Già la definizione “Technology Enhanced Learning” utilizzata sull’ultimo numero di UPGRADE mi era piaciuta, forse come termine lo trovo addirittura più azzeccato dell’ormai abusato “elearning”. Mi ha incuriosito subito, quindi, anche il concetto di “Work Integrated Learning” analizzato in uno degli articoli, e l’approccio si è rivelato in effetti abbastanza interessante. Direi che vale la pena riassumere e commentare alcuni passi dell’articolo…

Gli autori evidenziano come nelle moderne pratiche di business e progetti di ricerca sull’e-learning, l’attenzione sia dedicata prevalentemente al miglioramento dei processi di trasferimento della conoscenza nell’apprendimento “formale” (corsi di formazione d’aula o in elearning).
E’ in questo senso che vanno la maggior parte degli investimenti aziendali in formazione, mentre altri studi rivelano che in realtà solo una minima parte della conoscenza applicata nelle pratiche lavorative deriva dal training formale. Mediamente, si calcola che solo il 30% delle conoscenze apprese in questo modo vengano effettivamente trasferite nelle pratiche lavorative in modo da migliorarne le performance. Questa percentuale sarebbe indipendente dal tipo e dalla qualità dei corsi erogati, e dipenderebbe invece dalla scarsa attenzione dedicata alle variabili ambientali sul posto di lavoro durante e dopo le attività di training formale. L’80-90% delle competenze professionali dei lavoratori deriverebbe invece da forme di apprendimento di tipo “informale” (esperienza diretta, letture personali, scambi con i colleghi, ecc…)

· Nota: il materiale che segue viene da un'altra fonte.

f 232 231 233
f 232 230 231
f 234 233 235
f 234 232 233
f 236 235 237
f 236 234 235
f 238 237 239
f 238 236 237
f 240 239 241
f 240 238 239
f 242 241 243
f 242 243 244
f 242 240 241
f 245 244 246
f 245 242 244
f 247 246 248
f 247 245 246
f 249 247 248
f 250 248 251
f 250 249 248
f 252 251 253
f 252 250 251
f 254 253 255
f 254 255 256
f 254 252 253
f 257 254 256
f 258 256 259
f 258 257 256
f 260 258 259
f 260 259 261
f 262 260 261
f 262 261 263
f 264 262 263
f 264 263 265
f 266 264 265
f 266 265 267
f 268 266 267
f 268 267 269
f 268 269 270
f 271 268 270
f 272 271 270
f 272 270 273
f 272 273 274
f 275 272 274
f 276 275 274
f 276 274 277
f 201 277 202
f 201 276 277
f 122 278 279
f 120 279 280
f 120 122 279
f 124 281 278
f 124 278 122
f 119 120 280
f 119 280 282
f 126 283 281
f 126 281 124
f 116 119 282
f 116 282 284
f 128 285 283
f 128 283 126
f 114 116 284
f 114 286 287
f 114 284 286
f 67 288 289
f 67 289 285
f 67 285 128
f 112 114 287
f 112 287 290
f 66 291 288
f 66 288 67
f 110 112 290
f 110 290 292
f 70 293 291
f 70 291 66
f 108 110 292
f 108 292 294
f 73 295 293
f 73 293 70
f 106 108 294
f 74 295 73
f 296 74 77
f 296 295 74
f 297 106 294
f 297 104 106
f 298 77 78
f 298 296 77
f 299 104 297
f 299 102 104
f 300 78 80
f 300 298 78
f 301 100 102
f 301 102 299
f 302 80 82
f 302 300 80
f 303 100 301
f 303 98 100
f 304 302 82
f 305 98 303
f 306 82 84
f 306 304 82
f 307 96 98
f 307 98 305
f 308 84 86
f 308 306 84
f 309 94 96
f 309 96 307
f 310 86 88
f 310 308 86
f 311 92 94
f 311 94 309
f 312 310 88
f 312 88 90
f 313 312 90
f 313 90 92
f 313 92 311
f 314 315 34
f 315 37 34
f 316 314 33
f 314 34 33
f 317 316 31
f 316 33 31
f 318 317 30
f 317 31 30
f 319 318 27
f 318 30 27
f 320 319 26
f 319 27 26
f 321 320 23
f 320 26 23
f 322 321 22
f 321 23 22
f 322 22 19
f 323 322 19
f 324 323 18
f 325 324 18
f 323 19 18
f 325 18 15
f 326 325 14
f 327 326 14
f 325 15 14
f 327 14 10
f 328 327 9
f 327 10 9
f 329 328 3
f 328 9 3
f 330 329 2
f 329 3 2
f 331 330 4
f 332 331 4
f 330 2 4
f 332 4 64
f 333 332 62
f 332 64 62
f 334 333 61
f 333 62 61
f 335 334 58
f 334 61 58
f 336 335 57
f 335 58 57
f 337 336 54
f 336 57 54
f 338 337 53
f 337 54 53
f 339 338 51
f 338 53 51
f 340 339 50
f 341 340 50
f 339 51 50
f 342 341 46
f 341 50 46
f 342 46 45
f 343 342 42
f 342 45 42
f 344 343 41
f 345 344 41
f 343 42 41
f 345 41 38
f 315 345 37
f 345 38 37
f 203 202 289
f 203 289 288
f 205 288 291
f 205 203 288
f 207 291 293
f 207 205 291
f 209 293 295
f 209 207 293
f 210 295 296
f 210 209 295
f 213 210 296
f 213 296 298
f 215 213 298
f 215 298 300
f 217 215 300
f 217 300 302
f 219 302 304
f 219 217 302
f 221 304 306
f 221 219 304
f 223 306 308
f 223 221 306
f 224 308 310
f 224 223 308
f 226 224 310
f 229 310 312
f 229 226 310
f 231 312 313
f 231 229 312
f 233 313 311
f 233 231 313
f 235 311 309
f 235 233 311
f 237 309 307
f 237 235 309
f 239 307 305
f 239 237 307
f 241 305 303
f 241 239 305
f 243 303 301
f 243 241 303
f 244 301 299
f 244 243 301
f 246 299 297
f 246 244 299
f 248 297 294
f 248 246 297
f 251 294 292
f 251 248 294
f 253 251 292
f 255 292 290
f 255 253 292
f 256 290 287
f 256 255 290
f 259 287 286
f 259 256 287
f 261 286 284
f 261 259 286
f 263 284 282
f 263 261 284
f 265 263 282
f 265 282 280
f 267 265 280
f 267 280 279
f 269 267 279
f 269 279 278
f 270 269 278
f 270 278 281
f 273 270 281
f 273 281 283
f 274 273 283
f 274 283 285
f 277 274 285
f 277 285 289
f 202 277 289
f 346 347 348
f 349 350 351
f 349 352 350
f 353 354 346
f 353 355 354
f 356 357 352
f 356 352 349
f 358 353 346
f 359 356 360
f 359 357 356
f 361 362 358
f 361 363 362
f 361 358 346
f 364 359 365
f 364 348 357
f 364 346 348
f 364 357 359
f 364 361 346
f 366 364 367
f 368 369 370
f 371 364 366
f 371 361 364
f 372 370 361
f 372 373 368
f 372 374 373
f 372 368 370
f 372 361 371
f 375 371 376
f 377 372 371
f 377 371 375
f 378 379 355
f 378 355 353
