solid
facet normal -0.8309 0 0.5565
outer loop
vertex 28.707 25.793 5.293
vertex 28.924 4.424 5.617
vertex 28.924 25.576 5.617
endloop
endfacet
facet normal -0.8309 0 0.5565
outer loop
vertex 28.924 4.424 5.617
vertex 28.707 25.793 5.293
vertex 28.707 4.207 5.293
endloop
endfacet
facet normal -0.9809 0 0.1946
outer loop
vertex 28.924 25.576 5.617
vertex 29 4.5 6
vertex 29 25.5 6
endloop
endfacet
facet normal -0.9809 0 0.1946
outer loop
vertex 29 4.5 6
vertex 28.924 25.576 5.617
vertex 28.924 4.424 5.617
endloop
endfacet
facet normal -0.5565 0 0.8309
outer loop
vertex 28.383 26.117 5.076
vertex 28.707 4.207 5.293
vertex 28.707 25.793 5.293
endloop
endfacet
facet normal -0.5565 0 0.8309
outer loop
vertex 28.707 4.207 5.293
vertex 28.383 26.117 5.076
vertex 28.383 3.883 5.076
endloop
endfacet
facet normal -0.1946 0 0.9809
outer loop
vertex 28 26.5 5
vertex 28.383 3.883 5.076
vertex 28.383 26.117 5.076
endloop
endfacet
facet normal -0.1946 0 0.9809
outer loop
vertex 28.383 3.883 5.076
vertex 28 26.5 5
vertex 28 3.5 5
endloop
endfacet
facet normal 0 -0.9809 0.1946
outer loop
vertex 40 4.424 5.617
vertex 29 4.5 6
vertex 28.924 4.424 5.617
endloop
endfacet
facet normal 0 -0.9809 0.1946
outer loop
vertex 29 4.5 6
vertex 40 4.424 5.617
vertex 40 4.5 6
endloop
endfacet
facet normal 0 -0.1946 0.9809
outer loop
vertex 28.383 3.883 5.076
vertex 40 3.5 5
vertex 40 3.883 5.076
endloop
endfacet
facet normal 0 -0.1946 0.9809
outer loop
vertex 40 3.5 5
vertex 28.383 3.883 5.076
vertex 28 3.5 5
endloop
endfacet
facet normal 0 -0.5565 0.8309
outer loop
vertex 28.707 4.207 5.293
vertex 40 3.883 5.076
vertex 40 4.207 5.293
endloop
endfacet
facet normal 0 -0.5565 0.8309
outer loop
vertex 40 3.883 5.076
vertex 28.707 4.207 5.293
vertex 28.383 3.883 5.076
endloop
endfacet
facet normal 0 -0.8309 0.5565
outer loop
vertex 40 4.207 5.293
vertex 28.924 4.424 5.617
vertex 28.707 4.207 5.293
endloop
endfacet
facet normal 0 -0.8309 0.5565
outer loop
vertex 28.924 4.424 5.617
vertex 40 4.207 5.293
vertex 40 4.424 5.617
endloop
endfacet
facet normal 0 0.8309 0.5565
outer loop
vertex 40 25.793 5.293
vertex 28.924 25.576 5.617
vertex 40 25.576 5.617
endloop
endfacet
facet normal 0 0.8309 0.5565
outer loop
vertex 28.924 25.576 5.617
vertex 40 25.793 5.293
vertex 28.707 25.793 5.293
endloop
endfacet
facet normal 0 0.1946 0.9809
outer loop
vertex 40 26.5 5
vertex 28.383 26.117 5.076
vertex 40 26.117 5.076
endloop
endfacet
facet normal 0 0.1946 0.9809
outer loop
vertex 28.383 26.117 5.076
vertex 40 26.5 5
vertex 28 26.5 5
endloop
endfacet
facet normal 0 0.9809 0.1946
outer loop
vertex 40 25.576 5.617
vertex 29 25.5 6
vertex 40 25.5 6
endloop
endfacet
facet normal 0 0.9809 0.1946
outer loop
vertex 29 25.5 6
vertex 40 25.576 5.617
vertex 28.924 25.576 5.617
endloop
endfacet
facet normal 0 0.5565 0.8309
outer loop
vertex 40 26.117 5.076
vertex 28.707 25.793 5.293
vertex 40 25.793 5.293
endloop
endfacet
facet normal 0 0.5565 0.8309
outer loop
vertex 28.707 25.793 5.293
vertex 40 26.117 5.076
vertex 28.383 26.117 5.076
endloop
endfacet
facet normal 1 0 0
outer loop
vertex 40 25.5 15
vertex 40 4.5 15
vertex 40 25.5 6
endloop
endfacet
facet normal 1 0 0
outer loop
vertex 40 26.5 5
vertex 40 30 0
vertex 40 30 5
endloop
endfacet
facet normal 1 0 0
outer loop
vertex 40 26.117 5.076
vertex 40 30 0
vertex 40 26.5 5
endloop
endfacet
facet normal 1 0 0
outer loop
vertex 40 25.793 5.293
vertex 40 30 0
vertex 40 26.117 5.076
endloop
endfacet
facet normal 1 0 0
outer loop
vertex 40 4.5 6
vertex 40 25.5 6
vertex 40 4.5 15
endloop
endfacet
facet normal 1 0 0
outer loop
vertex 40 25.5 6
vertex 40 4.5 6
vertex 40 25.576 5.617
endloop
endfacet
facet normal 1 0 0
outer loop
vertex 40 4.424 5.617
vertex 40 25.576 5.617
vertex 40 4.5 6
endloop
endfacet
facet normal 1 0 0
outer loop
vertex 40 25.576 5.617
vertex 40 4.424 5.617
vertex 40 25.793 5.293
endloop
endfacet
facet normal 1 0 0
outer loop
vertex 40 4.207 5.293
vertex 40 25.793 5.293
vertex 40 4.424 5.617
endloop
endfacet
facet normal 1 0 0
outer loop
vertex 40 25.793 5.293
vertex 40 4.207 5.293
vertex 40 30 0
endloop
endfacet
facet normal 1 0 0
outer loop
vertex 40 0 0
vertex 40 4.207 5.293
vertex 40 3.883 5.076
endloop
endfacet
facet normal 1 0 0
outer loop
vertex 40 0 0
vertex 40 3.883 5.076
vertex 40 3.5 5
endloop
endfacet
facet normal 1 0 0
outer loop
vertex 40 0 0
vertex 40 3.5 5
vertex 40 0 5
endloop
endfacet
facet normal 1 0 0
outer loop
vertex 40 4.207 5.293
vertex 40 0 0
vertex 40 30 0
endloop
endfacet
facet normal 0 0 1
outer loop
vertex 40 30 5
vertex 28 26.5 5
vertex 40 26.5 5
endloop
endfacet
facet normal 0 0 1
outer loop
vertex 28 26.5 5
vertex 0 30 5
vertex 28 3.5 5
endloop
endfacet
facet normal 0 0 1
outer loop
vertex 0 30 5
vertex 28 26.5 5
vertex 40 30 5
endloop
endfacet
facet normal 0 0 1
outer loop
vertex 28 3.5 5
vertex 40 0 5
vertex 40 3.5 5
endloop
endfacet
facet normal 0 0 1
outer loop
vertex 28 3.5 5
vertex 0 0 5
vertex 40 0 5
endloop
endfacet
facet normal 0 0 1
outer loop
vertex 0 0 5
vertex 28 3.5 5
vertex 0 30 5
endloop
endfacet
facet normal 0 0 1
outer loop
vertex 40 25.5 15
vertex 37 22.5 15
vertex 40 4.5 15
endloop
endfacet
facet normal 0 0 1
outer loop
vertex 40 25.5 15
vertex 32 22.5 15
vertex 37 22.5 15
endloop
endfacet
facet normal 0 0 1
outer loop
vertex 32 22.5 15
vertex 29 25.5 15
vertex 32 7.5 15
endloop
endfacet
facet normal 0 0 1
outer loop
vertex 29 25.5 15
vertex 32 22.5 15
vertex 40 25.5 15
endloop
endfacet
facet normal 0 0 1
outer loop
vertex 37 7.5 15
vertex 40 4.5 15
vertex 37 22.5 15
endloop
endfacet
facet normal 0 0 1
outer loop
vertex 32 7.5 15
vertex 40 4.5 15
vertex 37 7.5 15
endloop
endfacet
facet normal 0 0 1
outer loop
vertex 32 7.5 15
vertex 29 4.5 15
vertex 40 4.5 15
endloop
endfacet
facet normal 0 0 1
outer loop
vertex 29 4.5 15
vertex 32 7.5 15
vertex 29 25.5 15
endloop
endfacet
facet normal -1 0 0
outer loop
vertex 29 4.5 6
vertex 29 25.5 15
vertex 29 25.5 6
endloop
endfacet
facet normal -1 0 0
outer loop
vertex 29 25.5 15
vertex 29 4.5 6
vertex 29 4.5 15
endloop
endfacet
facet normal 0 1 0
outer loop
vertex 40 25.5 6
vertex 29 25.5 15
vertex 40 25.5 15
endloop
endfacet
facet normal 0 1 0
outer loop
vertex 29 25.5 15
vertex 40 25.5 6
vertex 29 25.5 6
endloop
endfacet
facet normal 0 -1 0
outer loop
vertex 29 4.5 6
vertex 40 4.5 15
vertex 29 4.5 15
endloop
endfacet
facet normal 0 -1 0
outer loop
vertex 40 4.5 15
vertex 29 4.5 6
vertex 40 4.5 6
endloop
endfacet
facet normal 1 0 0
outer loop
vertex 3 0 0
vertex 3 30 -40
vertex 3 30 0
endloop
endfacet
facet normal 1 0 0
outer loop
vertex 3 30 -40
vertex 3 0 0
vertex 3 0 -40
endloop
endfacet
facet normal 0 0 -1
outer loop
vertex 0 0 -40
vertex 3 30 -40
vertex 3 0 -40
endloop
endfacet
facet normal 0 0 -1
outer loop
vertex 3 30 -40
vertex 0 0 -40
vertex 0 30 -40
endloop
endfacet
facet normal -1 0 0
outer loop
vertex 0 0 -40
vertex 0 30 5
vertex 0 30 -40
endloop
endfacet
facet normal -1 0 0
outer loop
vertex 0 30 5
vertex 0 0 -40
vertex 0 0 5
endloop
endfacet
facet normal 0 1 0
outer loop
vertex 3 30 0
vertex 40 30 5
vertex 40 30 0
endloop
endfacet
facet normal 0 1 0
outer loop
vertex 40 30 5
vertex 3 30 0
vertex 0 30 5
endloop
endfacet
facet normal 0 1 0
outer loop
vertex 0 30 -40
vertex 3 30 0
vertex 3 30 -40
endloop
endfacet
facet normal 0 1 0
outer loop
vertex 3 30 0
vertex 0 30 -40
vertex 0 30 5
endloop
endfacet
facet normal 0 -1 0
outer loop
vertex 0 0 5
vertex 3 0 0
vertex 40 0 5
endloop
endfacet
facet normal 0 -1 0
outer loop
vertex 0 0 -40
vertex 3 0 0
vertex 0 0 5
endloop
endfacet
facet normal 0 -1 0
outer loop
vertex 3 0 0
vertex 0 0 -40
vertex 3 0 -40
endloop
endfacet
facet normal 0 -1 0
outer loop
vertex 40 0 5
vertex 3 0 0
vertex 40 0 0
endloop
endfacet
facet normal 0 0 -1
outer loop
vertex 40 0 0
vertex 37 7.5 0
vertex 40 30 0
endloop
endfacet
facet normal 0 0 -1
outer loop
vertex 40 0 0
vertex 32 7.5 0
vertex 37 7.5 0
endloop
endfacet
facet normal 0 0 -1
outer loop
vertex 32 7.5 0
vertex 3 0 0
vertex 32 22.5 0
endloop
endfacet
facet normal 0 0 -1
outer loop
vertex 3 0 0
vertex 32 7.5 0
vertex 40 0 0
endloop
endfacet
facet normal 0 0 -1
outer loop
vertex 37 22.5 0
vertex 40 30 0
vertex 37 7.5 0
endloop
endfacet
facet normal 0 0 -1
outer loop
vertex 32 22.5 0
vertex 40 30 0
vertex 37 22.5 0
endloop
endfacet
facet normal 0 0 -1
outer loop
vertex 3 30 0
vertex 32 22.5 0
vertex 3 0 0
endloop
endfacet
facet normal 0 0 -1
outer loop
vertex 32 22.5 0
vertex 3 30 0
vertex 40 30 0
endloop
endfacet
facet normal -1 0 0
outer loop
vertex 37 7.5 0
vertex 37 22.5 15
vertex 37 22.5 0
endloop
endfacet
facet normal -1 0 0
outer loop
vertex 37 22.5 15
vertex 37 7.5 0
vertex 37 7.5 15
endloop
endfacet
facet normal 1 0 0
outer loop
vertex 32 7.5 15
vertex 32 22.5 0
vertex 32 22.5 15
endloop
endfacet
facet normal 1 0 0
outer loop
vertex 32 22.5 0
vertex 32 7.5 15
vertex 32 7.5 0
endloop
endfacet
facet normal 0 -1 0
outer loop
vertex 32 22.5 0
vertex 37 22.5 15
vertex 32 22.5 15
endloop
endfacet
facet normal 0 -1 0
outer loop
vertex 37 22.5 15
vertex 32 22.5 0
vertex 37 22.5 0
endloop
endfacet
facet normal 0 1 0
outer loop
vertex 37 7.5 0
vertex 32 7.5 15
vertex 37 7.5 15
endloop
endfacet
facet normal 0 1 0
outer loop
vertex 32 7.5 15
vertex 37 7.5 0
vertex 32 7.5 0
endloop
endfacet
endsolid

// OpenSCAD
// file: common.scad
$fa = 1;
$fs = .4;

// Base, vertical part
base_h1 = 40;
base_w1 = 3;
base_d1 = 30;

// Base, horizontal part
base_h2 = 5;
base_w2 = 40;
base_d2 = base_d1;

// Base hole
hole_wall = 3;
hole_h = 10;
hole_fillet = 1;

// Stick
stick_h = 160;
stick_w = 5;
stick_d = 15;

// Head
head_h = 25;
head_hole_h = 10;

// Fit tolerances
press_fit = 0;
tight_fit = .13;
normal_fit = .250;
loose_fit = .5;

delta = .01;
// main file
// w, d, h

module fillet(position, sides = [true, true, true, true]) {
    difference() {
        // Fillet base
        cube([position[0], position[1], position[2]]);

        // Cylindrical shapes to remove from fillet base
        union() {
            if (sides[0])
                translate([0, -delta, position[2]])
                    rotate([-90, 0, 0])
                        cylinder(position[1] + 2 * delta, position[2], position[2]);

            if (sides[1])
                translate([position[0], -delta, position[2]])
                    rotate([-90, 0, 0])
                        cylinder(position[1] + 2 * delta, position[2], position[2]);

            if (sides[2])
                translate([-delta, 0, position[2]])
                    rotate([0, 90, 0])
                        cylinder(position[0] + 2 * delta, position[2], position[2]);

            if (sides[3])
                translate([-delta, position[1], position[2]])
                    rotate([0, 90, 0])
                        cylinder(position[0] + 2 * delta, position[2], position[2]);
        }
    }
}

module bevel(position, fillet_size) {
    difference() {
        union() {
            // Bevel body
            cube(position);

            // Bevel fillet
            fillet_position = [
                position[0] + fillet_size,
                position[1] + 2 * fillet_size,
                fillet_size
            ];

            translate([-fillet_size, -fillet_size, 0])
                fillet(fillet_position, [true, false, true, true]);
        }
    }
}

include <common.scad>;

// Base
difference() {
    // bevel position
    bevel_position = [
        base_w2 - (hole_wall + stick_w + hole_wall),
        (base_d2 - (hole_wall + stick_d + hole_wall)) / 2,
        base_h2
    ];

    union() {
        // Vertical part of base
        translate([0, 0, -base_h1])
            cube([base_w1, base_d1, base_h1 + delta]);

        // Horizontal part of base
        cube([base_w2, base_d2, base_h2]);

        // Bevel
        translate(bevel_position)
            bevel([
                hole_wall + stick_w + hole_wall,
                hole_wall + stick_d + hole_wall,
                hole_h
            ], hole_fillet);
    };

    // Bevel hole
    translate(bevel_position)
        translate([hole_wall, hole_wall, -(base_h2 + delta)])
            cube([stick_w, stick_d, base_h2 + hole_h + 2 * delta]);
};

Insomma, mentre le iniziative mirate a incentivare il trasferimento di conoscenze continuano a rispondere alla domanda “quanto ha imparato lo studente durante il corso”, questi numeri fanno pensare che la domanda corretta dovrebbe essere “in che misura lo studente può applicare le nuove conoscenze alle sue pratiche lavorative?”.

Basato su queste considerazioni, il concetto di “Work Integrated Learning” proposto dagli autori dell’articolo consiste quindi sostanzialmente in uno spostamento dalla prospettiva tradizionale della “formazione” verso il punto di vista dell”apprendimento”. In questo senso diventa interessante esplorare i modi in cui l’apprendimento informale avviene oggi negli ambienti lavorativi, e come potrebbe essere agevolato e guidato in futuro: come rilevato dagli autori stessi, finora è stata fatta pochissima ricerca in questo senso.

Personalmente non condivido l’evoluzione che gli autori sembrano auspicare parlando di superamento pressochè totale dei corsi e dei materiali formativi realizzati ad hoc, ma credo che questo approccio potrebbe comunque portare al training supportato dalla tecnologia grandi benefici soprattutto in termini di efficacia.
Il succo del discorso, insomma, è: se riusciamo a creare un framework organizzativo che agevoli l’apprendimento informale, probabilmente potremo risolvere molti dei problemi di efficacia, efficienza, partecipazione e credibilità per i processi di formazione e knowledge management mediati dalla tecnologia.